> [Task objective] Each line of the data below from the one holding "v 35.425 -14.673 0" to the one holding "v -12.866 -45.218 0", inclusive, is to be reproduced exactly; no other line belongs in the answer.

(Data entries)

------------------------------------------------------------

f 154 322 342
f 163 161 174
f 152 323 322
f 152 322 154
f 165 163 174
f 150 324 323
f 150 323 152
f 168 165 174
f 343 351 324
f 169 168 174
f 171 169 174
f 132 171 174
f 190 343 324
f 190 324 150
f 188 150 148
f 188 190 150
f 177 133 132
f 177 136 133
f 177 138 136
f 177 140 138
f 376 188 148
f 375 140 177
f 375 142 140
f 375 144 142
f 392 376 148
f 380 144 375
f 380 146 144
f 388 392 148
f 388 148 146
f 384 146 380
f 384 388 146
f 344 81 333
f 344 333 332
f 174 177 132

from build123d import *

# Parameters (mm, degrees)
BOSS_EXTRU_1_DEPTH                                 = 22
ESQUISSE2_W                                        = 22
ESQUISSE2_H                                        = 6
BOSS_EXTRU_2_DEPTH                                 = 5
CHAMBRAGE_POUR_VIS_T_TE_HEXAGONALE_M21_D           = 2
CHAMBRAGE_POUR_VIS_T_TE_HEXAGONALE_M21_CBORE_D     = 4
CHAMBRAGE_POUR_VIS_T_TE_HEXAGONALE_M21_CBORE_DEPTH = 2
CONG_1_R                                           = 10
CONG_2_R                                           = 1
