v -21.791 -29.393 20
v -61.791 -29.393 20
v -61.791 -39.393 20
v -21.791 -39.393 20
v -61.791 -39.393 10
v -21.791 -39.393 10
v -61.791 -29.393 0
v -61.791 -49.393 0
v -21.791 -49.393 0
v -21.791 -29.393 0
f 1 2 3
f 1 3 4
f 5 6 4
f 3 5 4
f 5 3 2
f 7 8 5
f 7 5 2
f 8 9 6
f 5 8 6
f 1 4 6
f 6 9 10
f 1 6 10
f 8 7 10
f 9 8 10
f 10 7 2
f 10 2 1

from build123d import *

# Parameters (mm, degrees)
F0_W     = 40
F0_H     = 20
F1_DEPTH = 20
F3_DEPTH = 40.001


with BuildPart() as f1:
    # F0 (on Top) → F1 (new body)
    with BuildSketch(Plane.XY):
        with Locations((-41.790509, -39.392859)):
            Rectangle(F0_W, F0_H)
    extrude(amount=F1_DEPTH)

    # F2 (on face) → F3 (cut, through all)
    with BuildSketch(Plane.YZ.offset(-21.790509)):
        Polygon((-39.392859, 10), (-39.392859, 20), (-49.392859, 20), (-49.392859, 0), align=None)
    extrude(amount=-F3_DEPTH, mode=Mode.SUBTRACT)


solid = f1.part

------------------------------------------------------------

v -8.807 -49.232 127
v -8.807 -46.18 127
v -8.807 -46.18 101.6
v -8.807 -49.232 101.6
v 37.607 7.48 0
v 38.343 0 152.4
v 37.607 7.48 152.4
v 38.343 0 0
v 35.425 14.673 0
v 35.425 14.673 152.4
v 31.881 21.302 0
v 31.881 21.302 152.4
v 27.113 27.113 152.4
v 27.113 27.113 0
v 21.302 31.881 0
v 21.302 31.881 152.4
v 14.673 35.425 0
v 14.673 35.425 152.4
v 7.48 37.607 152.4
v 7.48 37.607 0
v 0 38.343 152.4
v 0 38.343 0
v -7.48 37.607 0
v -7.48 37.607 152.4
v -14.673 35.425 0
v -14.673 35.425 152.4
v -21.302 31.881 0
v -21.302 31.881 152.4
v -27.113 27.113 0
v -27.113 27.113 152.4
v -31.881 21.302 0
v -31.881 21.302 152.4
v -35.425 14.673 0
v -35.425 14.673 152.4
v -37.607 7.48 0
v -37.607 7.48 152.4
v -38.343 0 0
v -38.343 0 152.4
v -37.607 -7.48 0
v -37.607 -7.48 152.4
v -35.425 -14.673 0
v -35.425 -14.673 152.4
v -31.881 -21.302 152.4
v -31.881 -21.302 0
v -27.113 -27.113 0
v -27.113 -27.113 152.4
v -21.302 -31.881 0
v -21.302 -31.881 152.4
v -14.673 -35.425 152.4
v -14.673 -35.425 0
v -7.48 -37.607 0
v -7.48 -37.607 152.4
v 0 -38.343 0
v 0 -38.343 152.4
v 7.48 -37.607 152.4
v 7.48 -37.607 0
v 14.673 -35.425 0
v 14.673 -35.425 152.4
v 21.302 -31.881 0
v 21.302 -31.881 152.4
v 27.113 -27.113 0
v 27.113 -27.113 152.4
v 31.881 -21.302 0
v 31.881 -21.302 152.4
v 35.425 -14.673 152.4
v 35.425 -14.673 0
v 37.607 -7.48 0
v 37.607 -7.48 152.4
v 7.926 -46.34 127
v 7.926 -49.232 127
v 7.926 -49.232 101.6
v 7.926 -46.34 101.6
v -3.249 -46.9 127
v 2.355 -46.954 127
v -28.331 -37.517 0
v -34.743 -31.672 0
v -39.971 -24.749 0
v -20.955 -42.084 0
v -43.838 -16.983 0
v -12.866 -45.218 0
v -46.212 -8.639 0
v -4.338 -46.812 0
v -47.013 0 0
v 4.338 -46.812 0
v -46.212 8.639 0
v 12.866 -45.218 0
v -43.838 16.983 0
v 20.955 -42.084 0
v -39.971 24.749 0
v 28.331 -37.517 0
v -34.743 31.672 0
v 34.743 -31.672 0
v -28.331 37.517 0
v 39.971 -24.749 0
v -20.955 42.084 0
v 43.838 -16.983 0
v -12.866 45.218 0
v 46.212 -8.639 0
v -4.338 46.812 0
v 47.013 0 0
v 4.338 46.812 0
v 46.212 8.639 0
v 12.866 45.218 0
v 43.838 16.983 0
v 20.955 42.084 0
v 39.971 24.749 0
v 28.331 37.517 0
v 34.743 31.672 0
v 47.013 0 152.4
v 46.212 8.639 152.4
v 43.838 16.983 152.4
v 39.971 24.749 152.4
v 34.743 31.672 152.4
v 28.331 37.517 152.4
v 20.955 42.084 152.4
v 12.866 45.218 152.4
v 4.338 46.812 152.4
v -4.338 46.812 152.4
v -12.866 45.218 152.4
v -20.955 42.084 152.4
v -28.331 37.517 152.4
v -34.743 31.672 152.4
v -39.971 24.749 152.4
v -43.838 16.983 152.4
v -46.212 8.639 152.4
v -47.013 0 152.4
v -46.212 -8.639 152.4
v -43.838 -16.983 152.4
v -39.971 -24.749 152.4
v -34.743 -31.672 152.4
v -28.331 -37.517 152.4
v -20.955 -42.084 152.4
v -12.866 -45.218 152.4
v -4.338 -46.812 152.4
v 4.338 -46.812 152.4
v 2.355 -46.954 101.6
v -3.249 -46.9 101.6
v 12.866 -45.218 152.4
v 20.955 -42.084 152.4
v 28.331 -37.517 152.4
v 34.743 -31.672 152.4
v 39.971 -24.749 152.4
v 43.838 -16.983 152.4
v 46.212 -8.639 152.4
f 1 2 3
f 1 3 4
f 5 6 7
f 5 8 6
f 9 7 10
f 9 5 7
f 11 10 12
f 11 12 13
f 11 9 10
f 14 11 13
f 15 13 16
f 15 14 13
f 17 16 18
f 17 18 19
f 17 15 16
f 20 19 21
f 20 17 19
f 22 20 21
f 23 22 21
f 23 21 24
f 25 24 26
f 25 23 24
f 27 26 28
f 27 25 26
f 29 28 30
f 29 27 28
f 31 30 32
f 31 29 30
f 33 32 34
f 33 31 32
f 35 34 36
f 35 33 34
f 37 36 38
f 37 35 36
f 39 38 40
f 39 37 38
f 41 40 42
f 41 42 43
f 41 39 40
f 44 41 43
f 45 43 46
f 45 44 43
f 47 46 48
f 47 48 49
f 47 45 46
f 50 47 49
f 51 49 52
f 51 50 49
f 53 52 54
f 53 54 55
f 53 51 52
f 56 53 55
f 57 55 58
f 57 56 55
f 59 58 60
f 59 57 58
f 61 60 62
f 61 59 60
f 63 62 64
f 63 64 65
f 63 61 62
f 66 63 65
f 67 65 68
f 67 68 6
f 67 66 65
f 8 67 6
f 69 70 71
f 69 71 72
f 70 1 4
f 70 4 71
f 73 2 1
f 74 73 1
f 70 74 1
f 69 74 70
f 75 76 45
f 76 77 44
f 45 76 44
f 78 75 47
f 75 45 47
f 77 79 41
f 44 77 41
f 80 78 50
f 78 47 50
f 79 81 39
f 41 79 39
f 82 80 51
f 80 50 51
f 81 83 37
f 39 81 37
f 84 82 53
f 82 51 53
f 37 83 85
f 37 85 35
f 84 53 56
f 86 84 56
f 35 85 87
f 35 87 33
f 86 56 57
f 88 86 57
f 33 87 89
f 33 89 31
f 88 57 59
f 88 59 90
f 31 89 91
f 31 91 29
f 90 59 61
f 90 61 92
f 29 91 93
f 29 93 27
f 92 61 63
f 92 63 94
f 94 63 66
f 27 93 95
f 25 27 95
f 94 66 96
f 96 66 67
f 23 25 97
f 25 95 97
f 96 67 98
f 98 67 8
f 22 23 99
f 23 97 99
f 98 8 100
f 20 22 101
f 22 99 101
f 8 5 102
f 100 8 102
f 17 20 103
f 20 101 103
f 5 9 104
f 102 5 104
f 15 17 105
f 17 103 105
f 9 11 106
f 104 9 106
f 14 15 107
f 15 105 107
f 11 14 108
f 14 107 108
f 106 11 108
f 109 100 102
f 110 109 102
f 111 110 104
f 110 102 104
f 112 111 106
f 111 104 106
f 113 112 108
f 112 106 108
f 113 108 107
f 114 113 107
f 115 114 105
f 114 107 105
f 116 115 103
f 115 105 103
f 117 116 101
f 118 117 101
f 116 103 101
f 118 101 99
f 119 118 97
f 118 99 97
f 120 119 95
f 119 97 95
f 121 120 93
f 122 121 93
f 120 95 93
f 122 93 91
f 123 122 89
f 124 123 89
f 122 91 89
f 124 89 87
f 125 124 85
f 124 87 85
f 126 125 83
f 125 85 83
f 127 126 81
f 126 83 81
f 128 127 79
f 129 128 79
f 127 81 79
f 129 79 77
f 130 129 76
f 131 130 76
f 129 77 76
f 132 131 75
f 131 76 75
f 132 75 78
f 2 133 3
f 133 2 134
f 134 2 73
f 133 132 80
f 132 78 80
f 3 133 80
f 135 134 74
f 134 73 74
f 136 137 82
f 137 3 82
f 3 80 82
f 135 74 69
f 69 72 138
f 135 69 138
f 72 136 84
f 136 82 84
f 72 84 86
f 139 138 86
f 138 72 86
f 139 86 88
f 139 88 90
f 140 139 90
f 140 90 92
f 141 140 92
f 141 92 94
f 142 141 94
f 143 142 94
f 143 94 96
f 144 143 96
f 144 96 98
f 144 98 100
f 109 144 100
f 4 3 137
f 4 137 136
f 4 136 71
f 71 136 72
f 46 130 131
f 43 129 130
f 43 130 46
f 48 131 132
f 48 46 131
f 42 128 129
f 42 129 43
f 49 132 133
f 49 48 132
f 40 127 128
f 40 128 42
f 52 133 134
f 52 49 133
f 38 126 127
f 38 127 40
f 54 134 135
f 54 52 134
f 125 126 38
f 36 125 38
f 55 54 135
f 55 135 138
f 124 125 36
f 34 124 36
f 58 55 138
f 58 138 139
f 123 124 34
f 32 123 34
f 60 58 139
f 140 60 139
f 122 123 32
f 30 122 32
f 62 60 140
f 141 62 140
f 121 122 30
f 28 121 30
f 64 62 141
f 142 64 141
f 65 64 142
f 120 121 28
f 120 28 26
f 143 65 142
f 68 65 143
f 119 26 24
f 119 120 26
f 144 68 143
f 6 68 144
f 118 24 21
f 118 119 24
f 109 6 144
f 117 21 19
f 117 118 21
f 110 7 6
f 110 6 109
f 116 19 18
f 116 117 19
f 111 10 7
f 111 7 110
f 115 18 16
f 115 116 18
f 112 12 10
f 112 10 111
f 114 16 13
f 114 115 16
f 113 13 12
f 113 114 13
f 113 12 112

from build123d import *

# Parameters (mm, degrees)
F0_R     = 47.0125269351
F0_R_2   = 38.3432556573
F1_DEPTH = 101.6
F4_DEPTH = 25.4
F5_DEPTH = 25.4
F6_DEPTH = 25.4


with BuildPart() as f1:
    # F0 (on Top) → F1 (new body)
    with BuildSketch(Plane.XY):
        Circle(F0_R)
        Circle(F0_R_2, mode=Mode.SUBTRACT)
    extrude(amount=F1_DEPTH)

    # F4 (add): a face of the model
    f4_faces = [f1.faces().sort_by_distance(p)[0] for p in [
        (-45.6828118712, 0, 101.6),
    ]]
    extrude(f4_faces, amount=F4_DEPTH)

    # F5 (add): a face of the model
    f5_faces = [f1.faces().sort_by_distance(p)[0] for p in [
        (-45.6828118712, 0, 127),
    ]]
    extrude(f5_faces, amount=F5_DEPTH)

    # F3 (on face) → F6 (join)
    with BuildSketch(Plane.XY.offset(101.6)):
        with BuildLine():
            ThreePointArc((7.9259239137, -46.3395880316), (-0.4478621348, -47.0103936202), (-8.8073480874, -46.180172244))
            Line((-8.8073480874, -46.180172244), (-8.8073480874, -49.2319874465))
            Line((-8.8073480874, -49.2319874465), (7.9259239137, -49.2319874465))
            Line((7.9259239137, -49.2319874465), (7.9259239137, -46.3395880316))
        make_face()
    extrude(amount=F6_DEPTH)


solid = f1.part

------------------------------------------------------------

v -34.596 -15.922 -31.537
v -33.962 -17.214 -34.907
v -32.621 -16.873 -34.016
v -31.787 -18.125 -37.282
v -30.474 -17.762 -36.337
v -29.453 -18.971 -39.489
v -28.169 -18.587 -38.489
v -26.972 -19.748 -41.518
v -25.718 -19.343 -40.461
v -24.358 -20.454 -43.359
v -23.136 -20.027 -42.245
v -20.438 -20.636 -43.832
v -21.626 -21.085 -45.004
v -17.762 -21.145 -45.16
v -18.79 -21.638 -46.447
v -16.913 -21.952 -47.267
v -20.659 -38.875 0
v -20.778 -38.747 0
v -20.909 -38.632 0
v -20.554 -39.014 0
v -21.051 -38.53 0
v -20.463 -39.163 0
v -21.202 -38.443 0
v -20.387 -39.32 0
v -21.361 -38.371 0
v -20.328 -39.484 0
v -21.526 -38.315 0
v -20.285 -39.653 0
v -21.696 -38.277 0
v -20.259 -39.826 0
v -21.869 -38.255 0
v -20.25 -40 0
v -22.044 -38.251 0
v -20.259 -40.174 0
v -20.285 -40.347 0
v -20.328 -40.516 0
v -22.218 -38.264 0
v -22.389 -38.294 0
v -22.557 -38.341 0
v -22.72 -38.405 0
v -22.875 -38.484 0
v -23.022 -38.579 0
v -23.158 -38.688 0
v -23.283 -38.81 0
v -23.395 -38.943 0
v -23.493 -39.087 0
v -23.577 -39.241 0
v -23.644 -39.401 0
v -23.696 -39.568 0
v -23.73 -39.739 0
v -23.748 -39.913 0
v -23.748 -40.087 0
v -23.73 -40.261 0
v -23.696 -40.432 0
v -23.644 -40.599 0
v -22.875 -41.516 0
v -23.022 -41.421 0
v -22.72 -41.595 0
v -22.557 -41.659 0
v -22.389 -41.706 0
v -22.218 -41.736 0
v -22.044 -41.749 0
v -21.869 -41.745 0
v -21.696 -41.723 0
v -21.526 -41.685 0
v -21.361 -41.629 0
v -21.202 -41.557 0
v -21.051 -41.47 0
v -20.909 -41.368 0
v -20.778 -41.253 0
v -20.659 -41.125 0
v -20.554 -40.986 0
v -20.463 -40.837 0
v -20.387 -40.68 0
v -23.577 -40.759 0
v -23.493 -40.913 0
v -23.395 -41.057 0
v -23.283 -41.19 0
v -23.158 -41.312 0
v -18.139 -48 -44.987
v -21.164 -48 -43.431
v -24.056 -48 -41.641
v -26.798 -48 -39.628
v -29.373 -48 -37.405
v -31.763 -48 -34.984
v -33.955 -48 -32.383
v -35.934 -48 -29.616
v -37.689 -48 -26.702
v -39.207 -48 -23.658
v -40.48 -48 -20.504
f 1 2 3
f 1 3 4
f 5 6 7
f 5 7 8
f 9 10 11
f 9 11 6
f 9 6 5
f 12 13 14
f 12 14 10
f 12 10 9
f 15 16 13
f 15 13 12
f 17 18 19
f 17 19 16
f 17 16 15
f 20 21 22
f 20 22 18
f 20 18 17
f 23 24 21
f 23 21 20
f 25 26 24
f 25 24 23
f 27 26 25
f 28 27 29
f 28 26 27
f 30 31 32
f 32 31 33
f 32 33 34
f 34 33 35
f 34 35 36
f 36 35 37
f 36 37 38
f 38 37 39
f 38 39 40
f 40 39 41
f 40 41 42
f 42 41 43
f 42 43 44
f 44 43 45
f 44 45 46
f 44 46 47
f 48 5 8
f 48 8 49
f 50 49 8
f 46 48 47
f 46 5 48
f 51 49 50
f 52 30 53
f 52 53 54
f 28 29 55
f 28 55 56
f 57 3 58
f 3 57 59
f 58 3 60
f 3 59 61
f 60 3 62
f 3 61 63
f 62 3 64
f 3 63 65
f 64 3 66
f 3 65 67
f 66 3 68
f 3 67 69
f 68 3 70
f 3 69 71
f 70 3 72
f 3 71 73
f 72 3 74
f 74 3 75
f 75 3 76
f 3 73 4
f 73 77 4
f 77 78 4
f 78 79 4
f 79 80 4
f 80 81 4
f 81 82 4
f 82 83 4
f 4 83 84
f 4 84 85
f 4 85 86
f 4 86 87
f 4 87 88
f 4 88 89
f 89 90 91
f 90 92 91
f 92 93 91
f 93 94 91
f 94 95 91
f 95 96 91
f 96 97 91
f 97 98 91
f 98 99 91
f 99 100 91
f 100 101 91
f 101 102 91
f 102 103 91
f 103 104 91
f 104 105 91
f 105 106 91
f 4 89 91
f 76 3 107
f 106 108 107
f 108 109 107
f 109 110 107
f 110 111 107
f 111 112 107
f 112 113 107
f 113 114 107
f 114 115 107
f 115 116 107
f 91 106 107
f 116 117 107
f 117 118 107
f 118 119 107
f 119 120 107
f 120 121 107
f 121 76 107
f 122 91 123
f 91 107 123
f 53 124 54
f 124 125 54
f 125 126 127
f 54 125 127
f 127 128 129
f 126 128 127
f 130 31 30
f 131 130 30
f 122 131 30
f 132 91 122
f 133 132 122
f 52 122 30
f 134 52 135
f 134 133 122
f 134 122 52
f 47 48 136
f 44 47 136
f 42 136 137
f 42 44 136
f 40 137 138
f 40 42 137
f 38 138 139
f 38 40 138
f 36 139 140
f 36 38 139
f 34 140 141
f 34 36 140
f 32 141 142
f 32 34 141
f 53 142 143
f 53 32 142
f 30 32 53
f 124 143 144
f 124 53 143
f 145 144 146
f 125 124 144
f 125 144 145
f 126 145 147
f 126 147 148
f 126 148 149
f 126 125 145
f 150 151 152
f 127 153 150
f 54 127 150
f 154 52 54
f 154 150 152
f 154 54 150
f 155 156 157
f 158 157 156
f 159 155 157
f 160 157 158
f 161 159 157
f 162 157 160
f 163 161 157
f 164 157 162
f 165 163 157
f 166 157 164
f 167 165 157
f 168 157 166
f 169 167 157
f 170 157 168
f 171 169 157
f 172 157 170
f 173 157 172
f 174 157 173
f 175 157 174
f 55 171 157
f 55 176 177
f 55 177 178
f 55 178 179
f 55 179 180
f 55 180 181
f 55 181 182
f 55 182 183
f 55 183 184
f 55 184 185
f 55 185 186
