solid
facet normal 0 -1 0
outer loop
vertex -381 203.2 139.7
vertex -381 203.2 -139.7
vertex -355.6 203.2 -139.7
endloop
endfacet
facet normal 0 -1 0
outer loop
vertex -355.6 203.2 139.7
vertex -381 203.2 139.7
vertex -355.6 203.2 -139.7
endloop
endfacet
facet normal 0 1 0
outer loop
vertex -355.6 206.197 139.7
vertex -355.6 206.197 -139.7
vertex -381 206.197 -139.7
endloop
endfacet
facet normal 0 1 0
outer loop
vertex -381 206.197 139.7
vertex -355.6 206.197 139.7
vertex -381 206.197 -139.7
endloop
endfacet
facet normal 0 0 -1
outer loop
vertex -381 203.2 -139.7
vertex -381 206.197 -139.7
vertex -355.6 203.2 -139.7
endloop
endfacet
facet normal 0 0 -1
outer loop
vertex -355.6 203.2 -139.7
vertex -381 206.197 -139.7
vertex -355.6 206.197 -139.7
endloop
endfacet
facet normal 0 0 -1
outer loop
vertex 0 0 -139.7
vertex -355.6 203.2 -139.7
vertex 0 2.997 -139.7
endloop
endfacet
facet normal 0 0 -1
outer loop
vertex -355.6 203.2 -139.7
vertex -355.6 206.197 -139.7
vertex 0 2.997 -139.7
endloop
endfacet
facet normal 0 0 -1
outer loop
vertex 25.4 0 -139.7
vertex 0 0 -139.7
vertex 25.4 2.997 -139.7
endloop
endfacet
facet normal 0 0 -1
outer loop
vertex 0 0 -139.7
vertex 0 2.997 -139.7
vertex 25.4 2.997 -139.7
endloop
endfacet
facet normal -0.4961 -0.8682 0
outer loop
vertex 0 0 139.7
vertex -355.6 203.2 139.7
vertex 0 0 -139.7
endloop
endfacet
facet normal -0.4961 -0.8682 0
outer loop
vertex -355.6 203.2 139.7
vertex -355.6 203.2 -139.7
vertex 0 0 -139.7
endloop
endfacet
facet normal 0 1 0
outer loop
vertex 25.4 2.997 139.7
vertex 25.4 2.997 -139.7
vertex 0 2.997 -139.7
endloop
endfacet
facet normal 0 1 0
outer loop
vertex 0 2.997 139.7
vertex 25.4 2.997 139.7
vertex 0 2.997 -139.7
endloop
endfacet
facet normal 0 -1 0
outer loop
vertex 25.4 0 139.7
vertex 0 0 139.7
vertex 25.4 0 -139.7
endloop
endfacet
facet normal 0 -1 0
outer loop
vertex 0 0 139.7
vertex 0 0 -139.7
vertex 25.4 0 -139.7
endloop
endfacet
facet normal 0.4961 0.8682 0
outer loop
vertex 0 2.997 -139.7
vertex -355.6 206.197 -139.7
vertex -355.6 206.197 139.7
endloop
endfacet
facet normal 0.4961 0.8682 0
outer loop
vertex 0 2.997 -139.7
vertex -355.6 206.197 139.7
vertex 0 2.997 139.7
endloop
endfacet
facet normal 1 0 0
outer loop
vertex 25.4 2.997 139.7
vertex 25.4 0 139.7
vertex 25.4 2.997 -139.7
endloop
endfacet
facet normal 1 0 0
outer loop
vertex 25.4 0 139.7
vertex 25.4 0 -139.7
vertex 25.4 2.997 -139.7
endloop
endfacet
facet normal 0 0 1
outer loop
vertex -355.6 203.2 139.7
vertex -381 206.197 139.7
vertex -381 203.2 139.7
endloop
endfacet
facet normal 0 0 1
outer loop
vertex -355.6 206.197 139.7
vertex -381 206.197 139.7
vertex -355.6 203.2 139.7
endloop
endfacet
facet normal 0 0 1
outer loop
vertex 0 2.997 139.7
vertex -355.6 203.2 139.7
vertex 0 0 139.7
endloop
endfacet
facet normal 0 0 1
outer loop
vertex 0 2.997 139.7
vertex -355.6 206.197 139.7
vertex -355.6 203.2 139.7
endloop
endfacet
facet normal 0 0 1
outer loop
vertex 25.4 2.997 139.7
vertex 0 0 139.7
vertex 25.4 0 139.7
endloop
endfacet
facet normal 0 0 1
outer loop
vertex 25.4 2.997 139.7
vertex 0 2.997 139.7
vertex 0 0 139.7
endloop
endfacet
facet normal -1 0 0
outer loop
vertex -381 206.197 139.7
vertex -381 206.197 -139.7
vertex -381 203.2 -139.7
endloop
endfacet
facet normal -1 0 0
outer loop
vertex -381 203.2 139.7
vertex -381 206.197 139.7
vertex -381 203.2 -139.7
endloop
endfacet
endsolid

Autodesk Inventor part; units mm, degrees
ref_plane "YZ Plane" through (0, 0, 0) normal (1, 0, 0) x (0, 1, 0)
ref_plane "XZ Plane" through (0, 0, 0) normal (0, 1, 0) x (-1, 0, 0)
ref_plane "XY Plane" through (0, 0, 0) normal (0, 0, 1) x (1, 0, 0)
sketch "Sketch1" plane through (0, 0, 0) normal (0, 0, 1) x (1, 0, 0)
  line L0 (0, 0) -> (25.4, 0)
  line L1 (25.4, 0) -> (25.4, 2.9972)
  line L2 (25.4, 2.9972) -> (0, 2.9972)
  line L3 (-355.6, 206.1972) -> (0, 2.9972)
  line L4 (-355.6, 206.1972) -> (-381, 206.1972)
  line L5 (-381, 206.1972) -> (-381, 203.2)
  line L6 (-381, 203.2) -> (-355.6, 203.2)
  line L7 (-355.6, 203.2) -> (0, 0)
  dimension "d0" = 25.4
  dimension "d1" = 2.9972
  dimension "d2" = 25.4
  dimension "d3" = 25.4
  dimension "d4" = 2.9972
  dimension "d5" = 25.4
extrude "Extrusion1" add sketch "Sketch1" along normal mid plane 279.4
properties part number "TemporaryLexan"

------------------------------------------------------------

> [Answer section]
v 35.425 -14.673 0
v 37.607 -7.48 0
v 37.607 -7.48 152.4
v 7.926 -46.34 127
v 7.926 -49.232 127
v 7.926 -49.232 101.6
v 7.926 -46.34 101.6
v -3.249 -46.9 127
v 2.355 -46.954 127
v -28.331 -37.517 0
v -34.743 -31.672 0
v -39.971 -24.749 0
v -20.955 -42.084 0
v -43.838 -16.983 0
v -12.866 -45.218 0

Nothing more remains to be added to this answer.